I am working on a web interface for creating a new user
profile. Wondering what is the industry standard for
acceptable a user id and password beside being just
alphanumeric (a-zA-Z0-9_)? Actually I am looking for what
are the allowable special characters that can be
used for user id and passwords besides being
alphanumeric in type.
Next, how can I construct such a pattern matching?
Thanks in advance!
# Just add any other valid characters after the \w
if($password =~ /[^\w]/) {
# invalid character supplied
}
As for what characters to allow...are you asking about password strength for heightening security? I'm not aware if there's an industry standard, but I've often seen password schemes that require picking at least 3 different characters classes (where the four classes are often uppercase, lowercase, punctuation and numbers).
I've not heard of any standard for it, but my first thought would be to limit usernames to a-zA-Z0-9_-+ since they are often displayed, and allow anything at all in passwords (with the possible exception of whitespace) so people can have secure passwords.
You might also consider something like Data::Password::Check, although, while it looks like a good starting point, it could do with extra features (such as "password not based on a dictionary word". I don't know if better modules exist for that type of thing.
Thanks!
No alphanumeric character is an XML special character or a whitespace character, so having those additional constraints makes no difference.
Just test that it is alphanumeric; taking the hyphan and underscore out of my previous regex will give you that.
Some thoughts on choosing passphrases may be found here.
Please do not keep posting the same question again and again, expecting such action to speed responses.
HTH,
If you're going to ask a user to remember something in order to use your site, you should let them put in anything that's easy for them to remember and they feel is secure, and make sure your system deals with weirdness appropriately (for example by appropriately escaping parts that may be confusing to a Web browser or a database).

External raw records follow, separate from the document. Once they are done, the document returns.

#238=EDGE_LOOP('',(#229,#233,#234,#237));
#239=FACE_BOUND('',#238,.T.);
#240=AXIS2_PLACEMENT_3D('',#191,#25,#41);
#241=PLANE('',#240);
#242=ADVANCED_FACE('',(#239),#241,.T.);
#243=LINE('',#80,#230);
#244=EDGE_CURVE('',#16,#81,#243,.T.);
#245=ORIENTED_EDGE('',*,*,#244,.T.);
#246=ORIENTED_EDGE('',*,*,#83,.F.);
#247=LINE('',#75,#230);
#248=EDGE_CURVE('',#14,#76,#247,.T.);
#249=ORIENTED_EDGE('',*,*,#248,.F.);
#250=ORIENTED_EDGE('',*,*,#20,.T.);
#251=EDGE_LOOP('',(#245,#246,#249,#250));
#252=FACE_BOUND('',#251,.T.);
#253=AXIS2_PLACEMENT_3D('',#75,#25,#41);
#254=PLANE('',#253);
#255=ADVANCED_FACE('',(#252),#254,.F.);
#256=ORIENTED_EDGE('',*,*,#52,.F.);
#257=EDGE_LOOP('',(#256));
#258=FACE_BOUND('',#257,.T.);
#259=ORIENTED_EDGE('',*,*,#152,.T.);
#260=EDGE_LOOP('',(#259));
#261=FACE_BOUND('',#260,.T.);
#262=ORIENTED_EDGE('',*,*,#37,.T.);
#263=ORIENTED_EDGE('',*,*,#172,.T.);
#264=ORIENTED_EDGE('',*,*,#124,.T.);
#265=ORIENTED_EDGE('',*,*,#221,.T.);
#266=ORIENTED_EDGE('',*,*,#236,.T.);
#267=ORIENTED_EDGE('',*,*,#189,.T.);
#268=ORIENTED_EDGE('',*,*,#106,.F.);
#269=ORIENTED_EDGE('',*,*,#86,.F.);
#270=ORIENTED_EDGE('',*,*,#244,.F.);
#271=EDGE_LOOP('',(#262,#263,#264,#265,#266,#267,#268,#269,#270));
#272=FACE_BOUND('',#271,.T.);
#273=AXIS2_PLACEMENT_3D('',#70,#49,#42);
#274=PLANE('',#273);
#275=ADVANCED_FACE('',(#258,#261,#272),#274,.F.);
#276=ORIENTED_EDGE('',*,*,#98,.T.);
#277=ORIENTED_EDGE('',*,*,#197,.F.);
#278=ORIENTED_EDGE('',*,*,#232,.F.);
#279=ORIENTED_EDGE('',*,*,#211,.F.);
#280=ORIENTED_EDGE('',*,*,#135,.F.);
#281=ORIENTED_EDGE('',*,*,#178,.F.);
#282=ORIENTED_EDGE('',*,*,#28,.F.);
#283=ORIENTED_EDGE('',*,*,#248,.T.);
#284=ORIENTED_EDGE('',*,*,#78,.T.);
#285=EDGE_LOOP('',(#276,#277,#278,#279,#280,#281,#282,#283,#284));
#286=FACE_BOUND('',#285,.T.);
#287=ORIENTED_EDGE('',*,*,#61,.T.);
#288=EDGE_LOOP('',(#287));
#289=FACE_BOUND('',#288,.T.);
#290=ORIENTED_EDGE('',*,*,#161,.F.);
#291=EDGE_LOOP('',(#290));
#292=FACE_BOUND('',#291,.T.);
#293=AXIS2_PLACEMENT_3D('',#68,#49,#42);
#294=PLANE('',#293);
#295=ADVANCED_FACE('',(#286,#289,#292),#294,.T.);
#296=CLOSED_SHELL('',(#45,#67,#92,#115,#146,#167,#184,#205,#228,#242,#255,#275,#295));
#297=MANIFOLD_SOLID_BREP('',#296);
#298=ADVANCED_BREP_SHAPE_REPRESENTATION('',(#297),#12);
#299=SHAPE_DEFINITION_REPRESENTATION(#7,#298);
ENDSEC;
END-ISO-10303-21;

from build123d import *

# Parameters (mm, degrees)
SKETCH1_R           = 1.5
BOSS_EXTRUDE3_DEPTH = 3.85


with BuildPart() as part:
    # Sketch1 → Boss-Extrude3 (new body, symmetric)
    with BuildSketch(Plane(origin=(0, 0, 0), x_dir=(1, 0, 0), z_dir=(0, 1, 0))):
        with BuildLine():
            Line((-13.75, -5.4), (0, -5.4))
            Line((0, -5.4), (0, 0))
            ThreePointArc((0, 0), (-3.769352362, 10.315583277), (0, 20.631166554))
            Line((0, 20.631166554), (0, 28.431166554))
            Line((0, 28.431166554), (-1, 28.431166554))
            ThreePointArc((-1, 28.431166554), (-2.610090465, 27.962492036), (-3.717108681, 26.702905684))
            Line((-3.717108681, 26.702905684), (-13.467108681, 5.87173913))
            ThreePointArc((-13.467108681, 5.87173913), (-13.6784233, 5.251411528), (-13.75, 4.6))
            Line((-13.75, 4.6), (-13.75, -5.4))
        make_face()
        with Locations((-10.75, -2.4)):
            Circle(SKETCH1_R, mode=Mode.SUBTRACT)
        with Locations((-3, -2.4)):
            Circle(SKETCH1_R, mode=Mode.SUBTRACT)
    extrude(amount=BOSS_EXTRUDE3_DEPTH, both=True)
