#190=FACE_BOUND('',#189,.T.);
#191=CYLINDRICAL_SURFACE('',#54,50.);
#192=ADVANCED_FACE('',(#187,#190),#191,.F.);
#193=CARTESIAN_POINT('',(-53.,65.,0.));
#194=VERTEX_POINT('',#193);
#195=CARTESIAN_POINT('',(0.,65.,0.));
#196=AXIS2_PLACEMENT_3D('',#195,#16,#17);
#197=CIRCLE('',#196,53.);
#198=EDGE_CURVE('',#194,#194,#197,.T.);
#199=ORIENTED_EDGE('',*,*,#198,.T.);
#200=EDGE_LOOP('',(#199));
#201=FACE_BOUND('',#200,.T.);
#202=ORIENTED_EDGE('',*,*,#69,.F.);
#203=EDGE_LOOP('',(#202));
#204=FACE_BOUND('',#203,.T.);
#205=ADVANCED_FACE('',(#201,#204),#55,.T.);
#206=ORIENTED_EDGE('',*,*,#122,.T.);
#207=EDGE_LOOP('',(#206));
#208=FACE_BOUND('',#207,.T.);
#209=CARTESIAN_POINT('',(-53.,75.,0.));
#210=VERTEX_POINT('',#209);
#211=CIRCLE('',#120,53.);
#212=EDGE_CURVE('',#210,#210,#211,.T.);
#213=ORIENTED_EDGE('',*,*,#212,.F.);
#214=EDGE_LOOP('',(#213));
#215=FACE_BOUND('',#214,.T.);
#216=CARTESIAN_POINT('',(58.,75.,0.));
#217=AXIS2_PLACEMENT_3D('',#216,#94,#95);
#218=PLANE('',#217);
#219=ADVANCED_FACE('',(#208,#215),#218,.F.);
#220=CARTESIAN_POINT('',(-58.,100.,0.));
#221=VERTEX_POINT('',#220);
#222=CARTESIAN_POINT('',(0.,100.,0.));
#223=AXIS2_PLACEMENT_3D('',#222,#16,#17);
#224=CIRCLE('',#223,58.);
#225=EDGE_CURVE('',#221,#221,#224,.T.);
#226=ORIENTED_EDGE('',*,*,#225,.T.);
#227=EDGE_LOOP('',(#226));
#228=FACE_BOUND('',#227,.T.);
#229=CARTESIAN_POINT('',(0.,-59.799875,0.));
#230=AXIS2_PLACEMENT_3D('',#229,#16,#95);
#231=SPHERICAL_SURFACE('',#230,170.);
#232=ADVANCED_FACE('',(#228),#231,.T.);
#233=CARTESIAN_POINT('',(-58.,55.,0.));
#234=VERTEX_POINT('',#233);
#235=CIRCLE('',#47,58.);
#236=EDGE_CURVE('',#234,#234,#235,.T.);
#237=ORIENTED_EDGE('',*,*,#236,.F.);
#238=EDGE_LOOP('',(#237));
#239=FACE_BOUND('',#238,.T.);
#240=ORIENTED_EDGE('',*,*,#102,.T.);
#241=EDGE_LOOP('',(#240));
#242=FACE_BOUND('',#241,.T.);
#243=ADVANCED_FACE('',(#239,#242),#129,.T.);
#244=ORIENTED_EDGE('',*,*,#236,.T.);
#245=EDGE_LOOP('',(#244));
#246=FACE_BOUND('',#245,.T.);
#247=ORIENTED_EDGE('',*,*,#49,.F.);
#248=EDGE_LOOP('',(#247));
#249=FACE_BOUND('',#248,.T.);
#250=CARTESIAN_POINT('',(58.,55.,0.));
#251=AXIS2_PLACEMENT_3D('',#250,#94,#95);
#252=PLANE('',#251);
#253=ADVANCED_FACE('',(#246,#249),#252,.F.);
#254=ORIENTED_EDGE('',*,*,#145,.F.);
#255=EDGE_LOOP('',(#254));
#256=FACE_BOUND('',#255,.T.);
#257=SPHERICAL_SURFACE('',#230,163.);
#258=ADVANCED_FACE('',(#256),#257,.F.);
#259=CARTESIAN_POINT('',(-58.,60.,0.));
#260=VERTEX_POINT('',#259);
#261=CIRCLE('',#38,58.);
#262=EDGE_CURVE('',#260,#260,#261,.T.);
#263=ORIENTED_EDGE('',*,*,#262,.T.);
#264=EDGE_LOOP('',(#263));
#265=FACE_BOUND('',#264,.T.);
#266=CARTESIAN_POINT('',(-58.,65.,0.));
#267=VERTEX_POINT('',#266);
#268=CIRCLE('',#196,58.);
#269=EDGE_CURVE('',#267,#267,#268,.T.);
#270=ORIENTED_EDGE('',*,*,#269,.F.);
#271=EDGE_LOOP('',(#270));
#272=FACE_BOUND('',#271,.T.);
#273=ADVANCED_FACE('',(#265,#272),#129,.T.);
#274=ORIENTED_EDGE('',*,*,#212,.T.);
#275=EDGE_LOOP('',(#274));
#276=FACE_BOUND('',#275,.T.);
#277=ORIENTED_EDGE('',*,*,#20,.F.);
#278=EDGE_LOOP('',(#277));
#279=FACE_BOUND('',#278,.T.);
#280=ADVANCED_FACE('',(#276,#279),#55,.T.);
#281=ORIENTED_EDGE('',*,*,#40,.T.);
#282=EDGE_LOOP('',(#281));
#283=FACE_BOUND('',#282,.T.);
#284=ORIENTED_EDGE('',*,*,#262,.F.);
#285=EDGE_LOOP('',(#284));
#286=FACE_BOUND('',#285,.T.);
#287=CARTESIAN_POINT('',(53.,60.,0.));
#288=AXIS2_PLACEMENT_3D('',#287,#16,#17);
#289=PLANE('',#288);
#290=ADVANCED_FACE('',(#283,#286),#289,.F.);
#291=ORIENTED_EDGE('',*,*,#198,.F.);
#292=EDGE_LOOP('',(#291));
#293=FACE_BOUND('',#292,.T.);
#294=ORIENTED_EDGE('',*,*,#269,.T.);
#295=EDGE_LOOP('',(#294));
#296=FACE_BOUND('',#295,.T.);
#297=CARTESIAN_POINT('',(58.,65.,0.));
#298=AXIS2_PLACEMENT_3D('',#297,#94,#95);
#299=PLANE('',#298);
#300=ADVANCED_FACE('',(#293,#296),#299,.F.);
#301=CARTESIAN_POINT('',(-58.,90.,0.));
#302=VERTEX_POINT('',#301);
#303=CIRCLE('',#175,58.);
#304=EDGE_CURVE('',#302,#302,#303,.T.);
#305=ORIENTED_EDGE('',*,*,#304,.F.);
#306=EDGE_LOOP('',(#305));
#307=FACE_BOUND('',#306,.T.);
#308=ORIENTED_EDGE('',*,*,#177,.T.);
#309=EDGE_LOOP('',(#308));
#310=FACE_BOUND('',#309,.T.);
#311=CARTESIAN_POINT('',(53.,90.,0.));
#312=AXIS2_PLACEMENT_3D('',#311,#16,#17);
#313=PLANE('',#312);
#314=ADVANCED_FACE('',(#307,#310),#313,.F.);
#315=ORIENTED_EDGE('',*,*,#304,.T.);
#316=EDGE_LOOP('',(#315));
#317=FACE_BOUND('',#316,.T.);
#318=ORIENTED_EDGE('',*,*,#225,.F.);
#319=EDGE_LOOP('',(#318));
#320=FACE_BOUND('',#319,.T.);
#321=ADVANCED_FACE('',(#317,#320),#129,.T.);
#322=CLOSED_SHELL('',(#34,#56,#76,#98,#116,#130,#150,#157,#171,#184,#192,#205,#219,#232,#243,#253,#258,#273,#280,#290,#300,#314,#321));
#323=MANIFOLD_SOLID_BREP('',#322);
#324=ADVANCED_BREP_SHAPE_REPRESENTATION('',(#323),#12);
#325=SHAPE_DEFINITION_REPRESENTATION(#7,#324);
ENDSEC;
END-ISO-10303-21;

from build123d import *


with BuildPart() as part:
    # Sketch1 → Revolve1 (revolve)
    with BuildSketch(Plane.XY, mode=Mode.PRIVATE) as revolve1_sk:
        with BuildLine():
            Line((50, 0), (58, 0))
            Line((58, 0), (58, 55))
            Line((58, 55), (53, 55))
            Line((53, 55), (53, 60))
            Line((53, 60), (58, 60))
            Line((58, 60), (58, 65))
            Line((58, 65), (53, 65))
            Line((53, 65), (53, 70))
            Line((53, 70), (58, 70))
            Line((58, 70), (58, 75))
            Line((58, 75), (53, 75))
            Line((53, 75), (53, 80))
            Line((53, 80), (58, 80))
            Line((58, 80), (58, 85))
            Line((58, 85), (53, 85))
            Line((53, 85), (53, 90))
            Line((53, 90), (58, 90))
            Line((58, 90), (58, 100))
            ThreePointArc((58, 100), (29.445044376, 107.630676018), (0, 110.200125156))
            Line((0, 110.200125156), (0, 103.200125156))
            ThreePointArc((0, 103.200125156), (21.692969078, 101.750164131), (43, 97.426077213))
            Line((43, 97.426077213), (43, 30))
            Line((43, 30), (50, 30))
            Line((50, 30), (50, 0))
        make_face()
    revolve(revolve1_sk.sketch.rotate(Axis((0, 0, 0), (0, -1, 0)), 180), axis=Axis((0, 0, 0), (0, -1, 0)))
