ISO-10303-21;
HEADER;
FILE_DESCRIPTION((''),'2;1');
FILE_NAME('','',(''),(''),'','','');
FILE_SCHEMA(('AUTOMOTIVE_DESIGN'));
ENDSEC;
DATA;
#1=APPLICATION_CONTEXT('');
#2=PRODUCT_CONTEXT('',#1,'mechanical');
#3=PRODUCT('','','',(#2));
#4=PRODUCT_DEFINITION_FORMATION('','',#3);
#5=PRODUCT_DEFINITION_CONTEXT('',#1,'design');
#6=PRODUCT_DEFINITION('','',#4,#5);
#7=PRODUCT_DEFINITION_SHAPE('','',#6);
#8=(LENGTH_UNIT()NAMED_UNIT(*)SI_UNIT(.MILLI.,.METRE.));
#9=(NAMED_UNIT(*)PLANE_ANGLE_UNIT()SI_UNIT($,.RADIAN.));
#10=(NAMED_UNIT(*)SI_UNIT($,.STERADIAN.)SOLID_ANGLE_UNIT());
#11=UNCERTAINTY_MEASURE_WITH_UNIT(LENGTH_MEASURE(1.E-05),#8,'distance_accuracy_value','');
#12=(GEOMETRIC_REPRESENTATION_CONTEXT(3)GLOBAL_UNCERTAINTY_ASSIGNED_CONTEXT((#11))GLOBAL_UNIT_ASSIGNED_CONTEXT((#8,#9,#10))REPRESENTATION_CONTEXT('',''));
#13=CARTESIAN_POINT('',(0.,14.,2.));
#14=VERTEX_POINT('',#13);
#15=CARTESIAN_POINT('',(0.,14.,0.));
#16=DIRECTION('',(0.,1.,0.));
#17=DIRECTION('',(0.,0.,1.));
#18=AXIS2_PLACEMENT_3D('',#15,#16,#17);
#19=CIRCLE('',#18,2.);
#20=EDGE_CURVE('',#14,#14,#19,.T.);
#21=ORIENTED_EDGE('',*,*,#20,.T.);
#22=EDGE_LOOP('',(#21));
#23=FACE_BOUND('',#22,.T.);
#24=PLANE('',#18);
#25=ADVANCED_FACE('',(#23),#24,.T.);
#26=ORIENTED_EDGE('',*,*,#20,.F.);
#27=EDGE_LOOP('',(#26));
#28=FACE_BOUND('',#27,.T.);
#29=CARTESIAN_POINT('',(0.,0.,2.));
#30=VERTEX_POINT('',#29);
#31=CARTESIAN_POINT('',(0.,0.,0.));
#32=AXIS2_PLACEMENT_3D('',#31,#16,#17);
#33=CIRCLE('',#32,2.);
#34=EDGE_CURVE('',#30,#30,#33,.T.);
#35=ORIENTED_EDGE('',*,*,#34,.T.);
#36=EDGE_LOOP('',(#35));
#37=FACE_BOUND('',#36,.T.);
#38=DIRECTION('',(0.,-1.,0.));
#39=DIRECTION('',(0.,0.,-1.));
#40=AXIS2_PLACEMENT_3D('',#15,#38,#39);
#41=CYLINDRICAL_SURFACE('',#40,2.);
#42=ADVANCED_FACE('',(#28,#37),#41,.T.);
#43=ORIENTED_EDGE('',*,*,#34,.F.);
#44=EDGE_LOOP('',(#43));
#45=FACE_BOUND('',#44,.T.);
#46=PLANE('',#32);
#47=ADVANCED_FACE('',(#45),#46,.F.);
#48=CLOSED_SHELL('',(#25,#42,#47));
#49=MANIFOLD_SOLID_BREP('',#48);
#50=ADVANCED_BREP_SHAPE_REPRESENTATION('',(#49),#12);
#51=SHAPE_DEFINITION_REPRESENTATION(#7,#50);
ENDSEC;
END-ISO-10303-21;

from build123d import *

# Parameters (mm, degrees)
CROQUIS1_R              = 2
SALIENTE_EXTRUIR1_DEPTH = 14


with BuildPart() as part:
    # Croquis1 → Saliente-Extruir1 (new body)
    with BuildSketch(Plane(origin=(0, 0, 0), x_dir=(1, 0, 0), z_dir=(0, 1, 0))):
        Circle(CROQUIS1_R)
    extrude(amount=SALIENTE_EXTRUIR1_DEPTH)


solid = part.part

In other words, my advice is: do more work coding so your users can be lazy, instead of being lazy so your customers have to do more work remembering.
For passwords, I think you should allow anything the user wants to use, because no-one but the user will see or have to type it. Username is a bit more difficult.

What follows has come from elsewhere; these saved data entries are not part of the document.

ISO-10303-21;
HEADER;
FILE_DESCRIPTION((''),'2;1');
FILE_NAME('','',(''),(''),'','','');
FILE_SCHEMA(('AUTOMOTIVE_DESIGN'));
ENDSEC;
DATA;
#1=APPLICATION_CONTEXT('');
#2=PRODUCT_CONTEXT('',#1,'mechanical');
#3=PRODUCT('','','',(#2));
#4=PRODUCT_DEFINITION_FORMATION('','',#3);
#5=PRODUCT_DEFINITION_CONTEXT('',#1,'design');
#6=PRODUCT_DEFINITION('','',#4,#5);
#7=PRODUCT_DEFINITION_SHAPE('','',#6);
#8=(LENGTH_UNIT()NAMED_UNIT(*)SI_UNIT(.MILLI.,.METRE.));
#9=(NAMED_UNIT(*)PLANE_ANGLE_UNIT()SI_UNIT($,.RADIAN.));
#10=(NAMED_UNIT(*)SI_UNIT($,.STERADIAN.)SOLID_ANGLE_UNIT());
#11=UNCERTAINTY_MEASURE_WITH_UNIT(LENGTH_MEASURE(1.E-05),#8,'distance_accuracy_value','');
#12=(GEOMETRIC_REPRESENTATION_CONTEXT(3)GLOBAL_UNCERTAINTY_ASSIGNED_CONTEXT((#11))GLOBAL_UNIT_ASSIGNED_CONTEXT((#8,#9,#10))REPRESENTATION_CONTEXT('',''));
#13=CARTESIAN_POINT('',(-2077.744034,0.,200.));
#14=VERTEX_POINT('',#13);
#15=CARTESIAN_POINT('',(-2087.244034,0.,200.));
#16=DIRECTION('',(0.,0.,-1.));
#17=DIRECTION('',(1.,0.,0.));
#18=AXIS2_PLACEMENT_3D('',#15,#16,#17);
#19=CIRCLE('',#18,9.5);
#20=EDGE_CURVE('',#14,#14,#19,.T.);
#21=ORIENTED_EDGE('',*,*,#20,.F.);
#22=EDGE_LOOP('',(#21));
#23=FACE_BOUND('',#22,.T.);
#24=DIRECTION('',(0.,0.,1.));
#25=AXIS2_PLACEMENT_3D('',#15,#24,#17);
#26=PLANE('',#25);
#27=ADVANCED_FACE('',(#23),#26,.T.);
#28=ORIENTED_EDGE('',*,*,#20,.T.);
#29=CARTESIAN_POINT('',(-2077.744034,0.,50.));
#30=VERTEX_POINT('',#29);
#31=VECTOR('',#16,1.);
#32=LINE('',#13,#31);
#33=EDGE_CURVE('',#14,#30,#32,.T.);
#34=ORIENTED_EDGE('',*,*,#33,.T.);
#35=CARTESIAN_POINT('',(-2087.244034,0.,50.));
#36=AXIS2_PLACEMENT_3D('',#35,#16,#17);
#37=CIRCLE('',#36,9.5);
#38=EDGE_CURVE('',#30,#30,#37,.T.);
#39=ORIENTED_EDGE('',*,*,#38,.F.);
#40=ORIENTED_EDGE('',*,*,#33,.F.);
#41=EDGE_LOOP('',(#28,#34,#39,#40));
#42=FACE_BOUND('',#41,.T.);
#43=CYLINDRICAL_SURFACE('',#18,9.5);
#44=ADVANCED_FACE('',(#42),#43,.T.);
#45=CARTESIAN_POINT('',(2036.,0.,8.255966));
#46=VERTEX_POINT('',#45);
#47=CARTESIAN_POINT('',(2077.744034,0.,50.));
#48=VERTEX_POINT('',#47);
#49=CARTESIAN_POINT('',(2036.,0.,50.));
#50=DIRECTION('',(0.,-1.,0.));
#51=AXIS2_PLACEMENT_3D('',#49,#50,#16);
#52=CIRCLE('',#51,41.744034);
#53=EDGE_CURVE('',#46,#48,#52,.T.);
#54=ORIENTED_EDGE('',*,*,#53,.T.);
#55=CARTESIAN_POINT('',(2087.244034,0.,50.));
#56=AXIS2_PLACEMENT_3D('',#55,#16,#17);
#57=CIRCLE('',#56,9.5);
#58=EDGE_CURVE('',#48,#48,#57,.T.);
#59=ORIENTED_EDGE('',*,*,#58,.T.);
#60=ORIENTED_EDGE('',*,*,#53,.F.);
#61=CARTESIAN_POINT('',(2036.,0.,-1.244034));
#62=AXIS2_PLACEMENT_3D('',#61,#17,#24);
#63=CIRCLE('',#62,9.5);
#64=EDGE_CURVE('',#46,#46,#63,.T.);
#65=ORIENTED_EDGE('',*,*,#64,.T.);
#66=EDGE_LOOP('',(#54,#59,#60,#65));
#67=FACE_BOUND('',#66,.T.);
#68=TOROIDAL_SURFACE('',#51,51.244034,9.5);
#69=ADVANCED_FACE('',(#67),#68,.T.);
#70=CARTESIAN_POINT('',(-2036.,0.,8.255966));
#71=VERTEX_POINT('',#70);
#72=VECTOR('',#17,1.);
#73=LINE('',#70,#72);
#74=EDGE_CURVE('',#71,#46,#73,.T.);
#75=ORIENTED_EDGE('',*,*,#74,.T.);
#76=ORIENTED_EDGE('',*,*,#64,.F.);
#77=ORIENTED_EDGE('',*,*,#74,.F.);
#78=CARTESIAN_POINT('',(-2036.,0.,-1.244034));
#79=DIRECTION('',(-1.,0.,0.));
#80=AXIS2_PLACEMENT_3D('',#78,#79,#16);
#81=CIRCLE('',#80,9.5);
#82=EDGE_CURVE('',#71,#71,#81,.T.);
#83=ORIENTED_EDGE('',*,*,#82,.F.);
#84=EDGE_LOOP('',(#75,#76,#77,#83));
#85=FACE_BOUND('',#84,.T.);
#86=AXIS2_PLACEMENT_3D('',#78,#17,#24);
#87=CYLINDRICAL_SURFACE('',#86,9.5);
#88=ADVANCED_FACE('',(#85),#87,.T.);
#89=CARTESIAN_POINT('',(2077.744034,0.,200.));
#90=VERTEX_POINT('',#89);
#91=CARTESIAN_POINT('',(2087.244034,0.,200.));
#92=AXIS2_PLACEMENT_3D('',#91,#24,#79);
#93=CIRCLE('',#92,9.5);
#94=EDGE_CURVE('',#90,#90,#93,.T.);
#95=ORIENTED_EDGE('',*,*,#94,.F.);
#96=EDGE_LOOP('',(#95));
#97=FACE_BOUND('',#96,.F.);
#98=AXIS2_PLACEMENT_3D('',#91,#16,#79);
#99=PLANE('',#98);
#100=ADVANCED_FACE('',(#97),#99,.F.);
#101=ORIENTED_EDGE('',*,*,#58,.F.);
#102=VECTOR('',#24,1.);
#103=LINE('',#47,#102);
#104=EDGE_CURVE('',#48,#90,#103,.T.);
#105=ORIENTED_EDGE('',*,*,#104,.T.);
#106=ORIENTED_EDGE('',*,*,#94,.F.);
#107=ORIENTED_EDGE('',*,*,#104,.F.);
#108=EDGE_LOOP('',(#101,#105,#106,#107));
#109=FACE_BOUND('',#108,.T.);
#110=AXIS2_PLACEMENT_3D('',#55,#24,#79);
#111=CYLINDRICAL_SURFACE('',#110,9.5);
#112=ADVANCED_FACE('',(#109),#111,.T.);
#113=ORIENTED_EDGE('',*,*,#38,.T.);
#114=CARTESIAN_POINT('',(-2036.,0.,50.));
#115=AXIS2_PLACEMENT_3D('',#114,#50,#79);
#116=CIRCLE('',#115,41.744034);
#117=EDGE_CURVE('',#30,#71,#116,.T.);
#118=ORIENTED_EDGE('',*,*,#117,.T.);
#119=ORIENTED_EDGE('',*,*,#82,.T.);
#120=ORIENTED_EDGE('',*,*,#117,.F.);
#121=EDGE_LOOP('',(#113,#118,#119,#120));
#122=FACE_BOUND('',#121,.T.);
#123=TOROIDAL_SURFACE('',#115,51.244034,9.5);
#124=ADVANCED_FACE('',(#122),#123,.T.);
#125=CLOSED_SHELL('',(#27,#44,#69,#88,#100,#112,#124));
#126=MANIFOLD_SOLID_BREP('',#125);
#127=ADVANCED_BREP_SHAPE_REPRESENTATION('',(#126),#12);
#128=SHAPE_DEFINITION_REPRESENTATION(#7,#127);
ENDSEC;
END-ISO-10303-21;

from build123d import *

# Parameters (mm, degrees)
F2_R = 9.5


with BuildPart() as f3:
    # F3: sweep along a path in F0
    with BuildLine(Plane.XZ) as f3_path:
        Line((-2086, 200), (-2086, 50))
        ThreePointArc((-2086, 50), (-2071.3553390593, 14.6446609407), (-2036, 0))
        Line((-2036, 0), (2036, 0))
        ThreePointArc((2036, 0), (2071.3553390593, 14.6446609407), (2086, 50))
        Line((2086, 50), (2086, 200))
    # F2 (on plane+point) → F3 (sweep)
    with BuildSketch(Plane.XY.offset(200)):
        with Locations((-2087.2440338135, 0)):
            Circle(F2_R)
    sweep(path=f3_path.line)


solid = f3.part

I would accept anything the user can type. Ideally you'll be hashing it before storing it anyway.
Let them make it an entire sentence if they wish. You may involve certain minimum requirements, like must contain an upper case character, or must contain at least one number, must be 6+ characters in length.
Lately I've ran into a few places I started to sign up to, and gave up. Why? The password. They wanted 6-8 characters in length (9 is too long), containing at least one upper case character, and one number. 9, 10, 12 or more characters, and I could have came up with something I can remember that contained a upper case character and a number. With exactly 6-8 characters, I couldn't come up with anything I thought both complex enough, yet easy enough to remember that I wouldn't have to resort to writing it on a sticky note and attaching it to my monitor.